• **PROBLEM**: Take from the data every line in which the word "script" is found.

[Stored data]
──────────
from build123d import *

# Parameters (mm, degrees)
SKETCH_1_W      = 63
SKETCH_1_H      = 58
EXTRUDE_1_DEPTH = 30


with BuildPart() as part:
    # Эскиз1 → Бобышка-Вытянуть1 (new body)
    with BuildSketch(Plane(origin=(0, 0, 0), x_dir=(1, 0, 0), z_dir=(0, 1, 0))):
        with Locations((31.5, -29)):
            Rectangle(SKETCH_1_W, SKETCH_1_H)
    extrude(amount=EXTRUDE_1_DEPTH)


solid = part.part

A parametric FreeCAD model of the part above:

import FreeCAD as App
import Part
import Sketcher
from FreeCAD import Vector


def add_polygon(sketch, points):
    """Adds a closed chain of lines whose ends are joined by coincident constraints."""
    first, n = sketch.GeometryCount, len(points)
    for a, b in zip(points, points[1:] + points[:1]):
        sketch.addGeometry(Part.LineSegment(App.Vector(*a, 0), App.Vector(*b, 0)), False)
    for i in range(n):
        sketch.addConstraint(Sketcher.Constraint("Coincident", first + i, 2, first + (i + 1) % n, 1))

doc = App.newDocument("Part")
body = doc.addObject("PartDesign::Body", "Body")

# Sketch on XZ plane
sketch1 = doc.addObject("Sketcher::SketchObject", "Sketch")
body.addObject(sketch1)
sketch1.AttachmentSupport = (doc.XZ_Plane, [""])
sketch1.MapMode = "FlatFace"
add_polygon(sketch1, [(0, 0), (0, 58), (63, 58), (63, 0)])  # lines 0-3
sketch1.addConstraint(Sketcher.Constraint("Vertical", 0))
sketch1.addConstraint(Sketcher.Constraint("Horizontal", 1))
sketch1.addConstraint(Sketcher.Constraint("Vertical", 2))
sketch1.addConstraint(Sketcher.Constraint("Horizontal", 3))
sketch1.addConstraint(Sketcher.Constraint("Coincident", 3, 2, -1, 1))
sketch1.addConstraint(Sketcher.Constraint("DistanceX", 1, 1, 1, 2, 63.0))
sketch1.addConstraint(Sketcher.Constraint("DistanceY", 0, 1, 0, 2, 58.0))
pad1 = doc.addObject("PartDesign::Pad", "Pad")
body.addObject(pad1)
pad1.Profile = sketch1
pad1.Length = 30
pad1.Reversed = True

doc.recompute()
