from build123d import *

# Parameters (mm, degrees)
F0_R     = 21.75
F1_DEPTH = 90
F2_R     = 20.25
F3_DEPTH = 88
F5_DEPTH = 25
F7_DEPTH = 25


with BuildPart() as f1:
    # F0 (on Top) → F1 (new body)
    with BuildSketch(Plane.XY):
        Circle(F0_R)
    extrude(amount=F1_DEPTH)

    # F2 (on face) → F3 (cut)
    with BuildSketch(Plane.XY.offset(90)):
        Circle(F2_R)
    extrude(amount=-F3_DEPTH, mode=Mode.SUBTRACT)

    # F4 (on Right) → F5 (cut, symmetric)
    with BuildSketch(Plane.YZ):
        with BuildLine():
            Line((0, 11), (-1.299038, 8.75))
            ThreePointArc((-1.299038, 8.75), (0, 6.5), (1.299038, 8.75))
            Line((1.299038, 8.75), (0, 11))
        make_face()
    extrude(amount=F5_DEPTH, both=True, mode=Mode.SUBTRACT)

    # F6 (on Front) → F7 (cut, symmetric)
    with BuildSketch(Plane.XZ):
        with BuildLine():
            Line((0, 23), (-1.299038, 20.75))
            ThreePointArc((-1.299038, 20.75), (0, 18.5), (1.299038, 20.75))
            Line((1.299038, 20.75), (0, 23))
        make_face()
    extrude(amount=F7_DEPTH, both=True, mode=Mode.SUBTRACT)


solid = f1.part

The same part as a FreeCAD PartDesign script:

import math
import FreeCAD as App
import Part
import Sketcher
Q = App.Units.Quantity

doc = App.newDocument("Part")
body = doc.addObject("PartDesign::Body", "Body")

sketch1 = body.newObject("Sketcher::SketchObject", "Sketch")
sketch1.AttachmentSupport = (doc.getObject("XY_Plane"), [""])
sketch1.MapMode = "FlatFace"
sketch1.addGeometry(Part.Circle(App.Vector(0, 0, 0), App.Vector(0, 0, 1), 22), False)
sketch1.addConstraint(Sketcher.Constraint("Coincident", 0, 3, -1, 1))
sketch1.addConstraint(Sketcher.Constraint("Diameter", 0, Q("43.5 mm")))
pad1 = body.newObject("PartDesign::Pad", "Pad")
pad1.Profile = sketch1
pad1.Length = 90

sketch2 = body.newObject("Sketcher::SketchObject", "Sketch001")
sketch2.AttachmentSupport = (doc.getObject("XY_Plane"), [""])
sketch2.MapMode = "FlatFace"
sketch2.AttachmentOffset = App.Placement(App.Vector(0, 0, 90), App.Rotation())
sketch2.addGeometry(Part.Circle(App.Vector(0, 0, 0), App.Vector(0, 0, 1), 20), False)
sketch2.addConstraint(Sketcher.Constraint("Coincident", 0, 3, -1, 1))
sketch2.addConstraint(Sketcher.Constraint("Diameter", 0, Q("40.5 mm")))
pocket1 = body.newObject("PartDesign::Pocket", "Pocket")
pocket1.Profile = sketch2
pocket1.Length = 88

sketch3 = body.newObject("Sketcher::SketchObject", "Sketch002")
sketch3.AttachmentSupport = (doc.getObject("YZ_Plane"), [""])
sketch3.MapMode = "FlatFace"
sketch3.addGeometry(Part.LineSegment(App.Vector(0, 11, 0), App.Vector(-1.3, 8.8, 0)), False)
sketch3.addGeometry(Part.ArcOfCircle(Part.Circle(App.Vector(0, 8, 0), App.Vector(0, 0, 1), 1.5), math.radians(150), math.radians(390)), False)
sketch3.addGeometry(Part.LineSegment(App.Vector(1.3, 8.8, 0), App.Vector(0, 11, 0)), False)
sketch3.addConstraint(Sketcher.Constraint("Tangent", 0, 2, 1, 1))
sketch3.addConstraint(Sketcher.Constraint("Tangent", 1, 2, 2, 1))
sketch3.addConstraint(Sketcher.Constraint("Coincident", 2, 2, 0, 1))
sketch3.addConstraint(Sketcher.Constraint("Symmetric", 0, 2, 1, 2, -2))
sketch3.addConstraint(Sketcher.Constraint("Radius", 1, Q("1.5 mm")))
sketch3.addConstraint(Sketcher.Constraint("Angle", 0, Q("-119.999998 deg")))
sketch3.addConstraint(Sketcher.Constraint("DistanceY", -1, 1, 1, 3, Q("8 mm")))
pocket2 = body.newObject("PartDesign::Pocket", "Pocket001")
pocket2.Profile = sketch3
pocket2.Length = 50
pocket2.Midplane = True

sketch4 = body.newObject("Sketcher::SketchObject", "Sketch003")
sketch4.AttachmentSupport = (doc.getObject("XZ_Plane"), [""])
sketch4.MapMode = "FlatFace"
sketch4.addGeometry(Part.LineSegment(App.Vector(0, 23, 0), App.Vector(-1.3, 20.8, 0)), False)
sketch4.addGeometry(Part.ArcOfCircle(Part.Circle(App.Vector(0, 20, 0), App.Vector(0, 0, 1), 1.5), math.radians(150), math.radians(390)), False)
sketch4.addGeometry(Part.LineSegment(App.Vector(1.3, 20.8, 0), App.Vector(0, 23, 0)), False)
sketch4.addConstraint(Sketcher.Constraint("Tangent", 0, 2, 1, 1))
sketch4.addConstraint(Sketcher.Constraint("Tangent", 1, 2, 2, 1))
sketch4.addConstraint(Sketcher.Constraint("Coincident", 2, 2, 0, 1))
sketch4.addConstraint(Sketcher.Constraint("Symmetric", 0, 2, 1, 2, -2))
sketch4.addConstraint(Sketcher.Constraint("Radius", 1, Q("1.5 mm")))
sketch4.addConstraint(Sketcher.Constraint("Angle", 0, Q("-119.999998 deg")))
sketch4.addConstraint(Sketcher.Constraint("DistanceY", -1, 1, 1, 3, Q("20 mm")))
pocket3 = body.newObject("PartDesign::Pocket", "Pocket002")
pocket3.Profile = sketch4
pocket3.Length = 50
pocket3.Midplane = True

doc.recompute()
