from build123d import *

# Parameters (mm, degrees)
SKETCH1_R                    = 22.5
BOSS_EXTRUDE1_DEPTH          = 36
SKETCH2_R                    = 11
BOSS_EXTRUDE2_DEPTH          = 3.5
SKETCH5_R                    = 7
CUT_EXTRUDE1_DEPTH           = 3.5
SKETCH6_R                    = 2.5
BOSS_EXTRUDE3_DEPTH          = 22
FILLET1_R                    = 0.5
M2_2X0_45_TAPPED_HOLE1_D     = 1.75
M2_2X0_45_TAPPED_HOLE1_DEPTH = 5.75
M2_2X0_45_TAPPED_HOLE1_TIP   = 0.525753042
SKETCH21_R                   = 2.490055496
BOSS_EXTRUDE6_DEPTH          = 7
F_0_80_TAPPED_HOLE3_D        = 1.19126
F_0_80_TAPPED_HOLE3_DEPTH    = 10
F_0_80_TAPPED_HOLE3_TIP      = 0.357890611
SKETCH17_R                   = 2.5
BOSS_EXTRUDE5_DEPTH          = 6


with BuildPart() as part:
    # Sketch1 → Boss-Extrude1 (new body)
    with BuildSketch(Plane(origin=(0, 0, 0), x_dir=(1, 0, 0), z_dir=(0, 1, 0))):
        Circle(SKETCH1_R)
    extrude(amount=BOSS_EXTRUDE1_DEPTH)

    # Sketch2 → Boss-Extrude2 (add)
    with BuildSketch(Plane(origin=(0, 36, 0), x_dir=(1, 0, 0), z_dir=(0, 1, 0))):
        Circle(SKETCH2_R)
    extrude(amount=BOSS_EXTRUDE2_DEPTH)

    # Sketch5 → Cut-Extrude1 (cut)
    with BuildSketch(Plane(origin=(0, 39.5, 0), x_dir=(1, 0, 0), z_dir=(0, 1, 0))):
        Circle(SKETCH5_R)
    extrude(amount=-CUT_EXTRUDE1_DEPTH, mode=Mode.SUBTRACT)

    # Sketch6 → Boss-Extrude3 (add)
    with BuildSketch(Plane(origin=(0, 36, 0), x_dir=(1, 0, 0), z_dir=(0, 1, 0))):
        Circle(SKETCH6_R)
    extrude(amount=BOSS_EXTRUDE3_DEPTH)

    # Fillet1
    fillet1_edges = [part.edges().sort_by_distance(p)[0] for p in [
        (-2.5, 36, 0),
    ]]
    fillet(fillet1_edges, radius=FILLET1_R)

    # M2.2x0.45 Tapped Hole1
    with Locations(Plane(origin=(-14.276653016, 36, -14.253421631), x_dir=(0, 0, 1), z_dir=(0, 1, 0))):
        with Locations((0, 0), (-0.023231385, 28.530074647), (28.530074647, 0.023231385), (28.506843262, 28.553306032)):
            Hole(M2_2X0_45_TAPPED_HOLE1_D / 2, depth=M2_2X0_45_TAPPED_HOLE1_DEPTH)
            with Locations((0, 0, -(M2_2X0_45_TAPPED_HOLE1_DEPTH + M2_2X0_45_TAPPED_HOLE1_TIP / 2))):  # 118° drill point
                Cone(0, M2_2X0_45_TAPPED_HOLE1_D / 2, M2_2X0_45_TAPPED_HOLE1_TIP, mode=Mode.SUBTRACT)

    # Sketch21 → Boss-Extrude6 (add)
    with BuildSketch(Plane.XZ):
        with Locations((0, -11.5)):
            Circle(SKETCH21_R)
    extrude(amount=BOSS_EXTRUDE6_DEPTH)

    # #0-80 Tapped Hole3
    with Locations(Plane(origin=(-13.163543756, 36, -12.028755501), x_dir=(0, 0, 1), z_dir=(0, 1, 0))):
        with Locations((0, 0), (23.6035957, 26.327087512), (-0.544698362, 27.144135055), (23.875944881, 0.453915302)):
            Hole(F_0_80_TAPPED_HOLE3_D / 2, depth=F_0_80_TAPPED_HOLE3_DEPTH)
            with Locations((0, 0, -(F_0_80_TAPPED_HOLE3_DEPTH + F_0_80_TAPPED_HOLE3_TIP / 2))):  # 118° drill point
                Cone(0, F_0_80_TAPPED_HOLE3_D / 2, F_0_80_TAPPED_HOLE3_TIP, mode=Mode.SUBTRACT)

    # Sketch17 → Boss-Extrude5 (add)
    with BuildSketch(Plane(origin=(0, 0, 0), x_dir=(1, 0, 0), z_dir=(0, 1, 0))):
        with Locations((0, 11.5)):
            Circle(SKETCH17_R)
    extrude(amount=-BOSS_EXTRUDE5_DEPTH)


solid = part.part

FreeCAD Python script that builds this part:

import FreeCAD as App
import Part
import Sketcher
Q = App.Units.Quantity


def edges_at(feature, points):
    """Names of the edges that pass closest to the given points."""
    edges = feature.Shape.Edges
    near = lambda p: min(range(len(edges)), key=lambda i: edges[i].distToShape(Part.Vertex(*p))[0])
    return sorted({f"Edge{near(p) + 1}" for p in points})

doc = App.newDocument("Part")
params = doc.addObject("Spreadsheet::Sheet", "Params")
for row, (alias, value) in enumerate([
    ("sketch1_diameter", "45 mm"),
    ("pad1_length", "36 mm"),
    ("sketch2_diameter", "22 mm"),
    ("pad2_length", "3.5 mm"),
    ("sketch3_diameter", "14 mm"),
    ("pocket1_length", "3.5 mm"),
    ("sketch4_diameter", "5 mm"),
    ("pad3_length", "22 mm"),
    ("fillet_radius", "0.5 mm"),
    ("sketch5_diameter", "1.75 mm"),
    ("hole_diameter", "1.75 mm"),
    ("hole_depth", "5.75 mm"),
    ("pad4_length", "7 mm"),
    ("hole2_diameter", "1.19126 mm"),
    ("hole2_depth", "10 mm"),
    ("sketch8_diameter", "5 mm"),
    ("pad5_length", "6 mm"),
], start=1):
    params.set(f"A{row}", alias)
    params.set(f"B{row}", "=" + value)
    params.setAlias(f"B{row}", alias)

body = doc.addObject("PartDesign::Body", "Body")

# Sketch on XZ plane
sketch1 = doc.addObject("Sketcher::SketchObject", "Sketch")
body.addObject(sketch1)
sketch1.AttachmentSupport = (doc.XZ_Plane, [""])
sketch1.MapMode = "FlatFace"
sketch1.addGeometry(Part.Circle(App.Vector(0, 0, 0), App.Vector(0, 0, 1), 22.5), False)
sketch1.addConstraint([
    Sketcher.Constraint("Coincident", 0, 3, -1, 1),
    Sketcher.Constraint("Diameter", 0, Q("45 mm")),
])
sketch1.setExpression("Constraints[1]", "Params.sketch1_diameter")
pad1 = doc.addObject("PartDesign::Pad", "Pad")
body.addObject(pad1)
pad1.Profile = sketch1
pad1.setExpression("Length", "Params.pad1_length")
pad1.Reversed = True

# Sketch on XZ plane
sketch2 = doc.addObject("Sketcher::SketchObject", "Sketch001")
body.addObject(sketch2)
sketch2.AttachmentSupport = (doc.XZ_Plane, [""])
sketch2.MapMode = "FlatFace"
sketch2.AttachmentOffset = App.Placement(App.Vector(0, 0, -36), App.Rotation())
sketch2.addGeometry(Part.Circle(App.Vector(0, 0, 0), App.Vector(0, 0, 1), 11), False)
sketch2.addConstraint([
    Sketcher.Constraint("Coincident", 0, 3, -1, 1),
    Sketcher.Constraint("Diameter", 0, Q("22 mm")),
])
sketch2.setExpression("Constraints[1]", "Params.sketch2_diameter")
pad2 = doc.addObject("PartDesign::Pad", "Pad001")
body.addObject(pad2)
pad2.Profile = sketch2
pad2.setExpression("Length", "Params.pad2_length")
pad2.Reversed = True

# Sketch on XZ plane
sketch3 = doc.addObject("Sketcher::SketchObject", "Sketch002")
body.addObject(sketch3)
sketch3.AttachmentSupport = (doc.XZ_Plane, [""])
sketch3.MapMode = "FlatFace"
sketch3.AttachmentOffset = App.Placement(App.Vector(0, 0, -39.5), App.Rotation())
sketch3.addGeometry(Part.Circle(App.Vector(0, 0, 0), App.Vector(0, 0, 1), 7), False)
sketch3.addConstraint([
    Sketcher.Constraint("Coincident", 0, 3, -1, 1),
    Sketcher.Constraint("Diameter", 0, Q("14 mm")),
])
sketch3.setExpression("Constraints[1]", "Params.sketch3_diameter")
pocket1 = doc.addObject("PartDesign::Pocket", "Pocket")
body.addObject(pocket1)
pocket1.Profile = sketch3
pocket1.setExpression("Length", "Params.pocket1_length")
pocket1.Reversed = True

# Sketch on XZ plane
sketch4 = doc.addObject("Sketcher::SketchObject", "Sketch003")
body.addObject(sketch4)
sketch4.AttachmentSupport = (doc.XZ_Plane, [""])
sketch4.MapMode = "FlatFace"
sketch4.AttachmentOffset = App.Placement(App.Vector(0, 0, -36), App.Rotation())
sketch4.addGeometry(Part.Circle(App.Vector(0, 0, 0), App.Vector(0, 0, 1), 2.5), False)
sketch4.addConstraint([
    Sketcher.Constraint("Coincident", 0, 3, -1, 1),
    Sketcher.Constraint("Diameter", 0, Q("5 mm")),
])
sketch4.setExpression("Constraints[1]", "Params.sketch4_diameter")
pad3 = doc.addObject("PartDesign::Pad", "Pad002")
body.addObject(pad3)
pad3.Profile = sketch4
pad3.setExpression("Length", "Params.pad3_length")
pad3.Reversed = True
doc.recompute()

fillet = doc.addObject("PartDesign::Fillet", "Fillet")
body.addObject(fillet)
fillet.Base = (pad3, edges_at(pad3, [(-2.5, 36, 0)]))
fillet.setExpression("Radius", "Params.fillet_radius")

# Sketch on XZ plane
sketch5 = doc.addObject("Sketcher::SketchObject", "Sketch004")
body.addObject(sketch5)
sketch5.AttachmentSupport = (doc.XZ_Plane, [""])
sketch5.MapMode = "FlatFace"
sketch5.AttachmentOffset = App.Placement(App.Vector(0, 0, -36), App.Rotation())
sketch5.addGeometry([
    Part.Circle(App.Vector(-14.276653, -14.253422, 0), App.Vector(0, 0, 1), 0.875),
    Part.Circle(App.Vector(14.253422, -14.276653, 0), App.Vector(0, 0, 1), 0.875),
    Part.Circle(App.Vector(-14.253422, 14.276653, 0), App.Vector(0, 0, 1), 0.875),
    Part.Circle(App.Vector(14.276653, 14.253422, 0), App.Vector(0, 0, 1), 0.875),
], False)
sketch5.addConstraint([
    Sketcher.Constraint("Equal", 0, 1),
    Sketcher.Constraint("Equal", 1, 2),
    Sketcher.Constraint("Equal", 2, 3),
    Sketcher.Constraint("Symmetric", 1, 3, 2, 3, -1, 1),
    Sketcher.Constraint("Symmetric", 0, 3, 3, 3, -1, 1),
    Sketcher.Constraint("Diameter", 0, Q("1.75 mm")),
    Sketcher.Constraint("DistanceY", 0, 3, -1, 1, Q("14.253422 mm")),
    Sketcher.Constraint("DistanceX", -1, 1, 1, 3, Q("14.253422 mm")),
    Sketcher.Constraint("DistanceY", 1, 3, 0, 3, Q("0.023231 mm")),
    Sketcher.Constraint("DistanceX", 0, 3, 2, 3, Q("0.023231 mm")),
])
sketch5.setExpression("Constraints[5]", "Params.sketch5_diameter")
doc.recompute()
hole = doc.addObject("PartDesign::Hole", "Hole")
body.addObject(hole)
hole.Profile = sketch5
hole.ThreadType = "None"
hole.setExpression("Diameter", "Params.hole_diameter")
hole.DepthType = "Dimension"
hole.setExpression("Depth", "Params.hole_depth")
hole.DrillPoint = "Angled"
hole.DrillPointAngle = 118
hole.Reversed = True

# Sketch on XZ plane
sketch6 = doc.addObject("Sketcher::SketchObject", "Sketch005")
body.addObject(sketch6)
sketch6.AttachmentSupport = (doc.XZ_Plane, [""])
sketch6.MapMode = "FlatFace"
sketch6.addGeometry(Part.Circle(App.Vector(0, -11.5, 0), App.Vector(0, 0, 1), 2.490055), False)
sketch6.addConstraint([
    Sketcher.Constraint("PointOnObject", 0, 3, -2),
    Sketcher.Constraint("DistanceY", 0, 3, -1, 1, Q("11.5 mm")),
    Sketcher.Constraint("Diameter", 0, Q("4.980111 mm")),
])
pad4 = doc.addObject("PartDesign::Pad", "Pad003")
body.addObject(pad4)
pad4.Profile = sketch6
pad4.setExpression("Length", "Params.pad4_length")

# Sketch on XZ plane
sketch7 = doc.addObject("Sketcher::SketchObject", "Sketch006")
body.addObject(sketch7)
sketch7.AttachmentSupport = (doc.XZ_Plane, [""])
sketch7.MapMode = "FlatFace"
sketch7.AttachmentOffset = App.Placement(App.Vector(0, 0, -36), App.Rotation())
sketch7.addGeometry([
    Part.Circle(App.Vector(-13.163544, -12.028756, 0), App.Vector(0, 0, 1), 0.59563),
    Part.Circle(App.Vector(13.163544, 11.57484, 0), App.Vector(0, 0, 1), 0.59563),
    Part.Circle(App.Vector(13.980591, -12.573454, 0), App.Vector(0, 0, 1), 0.59563),
    Part.Circle(App.Vector(-12.709628, 11.847189, 0), App.Vector(0, 0, 1), 0.59563),
], False)
sketch7.addConstraint([
    Sketcher.Constraint("Equal", 0, 1),
    Sketcher.Constraint("Equal", 1, 2),
    Sketcher.Constraint("Equal", 2, 3),
    Sketcher.Constraint("Diameter", 0, Q("1.19126 mm")),
    Sketcher.Constraint("DistanceY", 2, 3, 0, 3, Q("0.544698 mm")),
    Sketcher.Constraint("DistanceY", -1, 1, 1, 3, Q("11.57484 mm")),
    Sketcher.Constraint("DistanceX", -1, 1, 2, 3, Q("13.980591 mm")),
    Sketcher.Constraint("DistanceX", 3, 3, -1, 1, Q("12.709628 mm")),
    Sketcher.Constraint("DistanceY", -1, 1, 3, 3, Q("11.847189 mm")),
    Sketcher.Constraint("DistanceX", 0, 3, -1, 1, Q("13.163544 mm")),
    Sketcher.Constraint("DistanceY", 0, 3, -1, 1, Q("12.028756 mm")),
    Sketcher.Constraint("DistanceX", -1, 1, 1, 3, Q("13.163544 mm")),
])
doc.recompute()
hole2 = doc.addObject("PartDesign::Hole", "Hole001")
body.addObject(hole2)
hole2.Profile = sketch7
hole2.ThreadType = "None"
hole2.setExpression("Diameter", "Params.hole2_diameter")
hole2.DepthType = "Dimension"
hole2.setExpression("Depth", "Params.hole2_depth")
hole2.DrillPoint = "Angled"
hole2.DrillPointAngle = 118
hole2.Reversed = True

# Sketch on XZ plane
sketch8 = doc.addObject("Sketcher::SketchObject", "Sketch007")
body.addObject(sketch8)
sketch8.AttachmentSupport = (doc.XZ_Plane, [""])
sketch8.MapMode = "FlatFace"
sketch8.addGeometry(Part.Circle(App.Vector(0, -11.5, 0), App.Vector(0, 0, 1), 2.5), False)
sketch8.addConstraint([
    Sketcher.Constraint("PointOnObject", 0, 3, -2),
    Sketcher.Constraint("Diameter", 0, Q("5 mm")),
    Sketcher.Constraint("DistanceY", 0, 3, -1, 1, Q("11.5 mm")),
])
sketch8.setExpression("Constraints[1]", "Params.sketch8_diameter")
pad5 = doc.addObject("PartDesign::Pad", "Pad004")
body.addObject(pad5)
pad5.Profile = sketch8
pad5.setExpression("Length", "Params.pad5_length")

doc.recompute()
──────────
• **YOUR RESPONSE**:
The same part as a FreeCAD PartDesign script:
FreeCAD Python script that builds this part:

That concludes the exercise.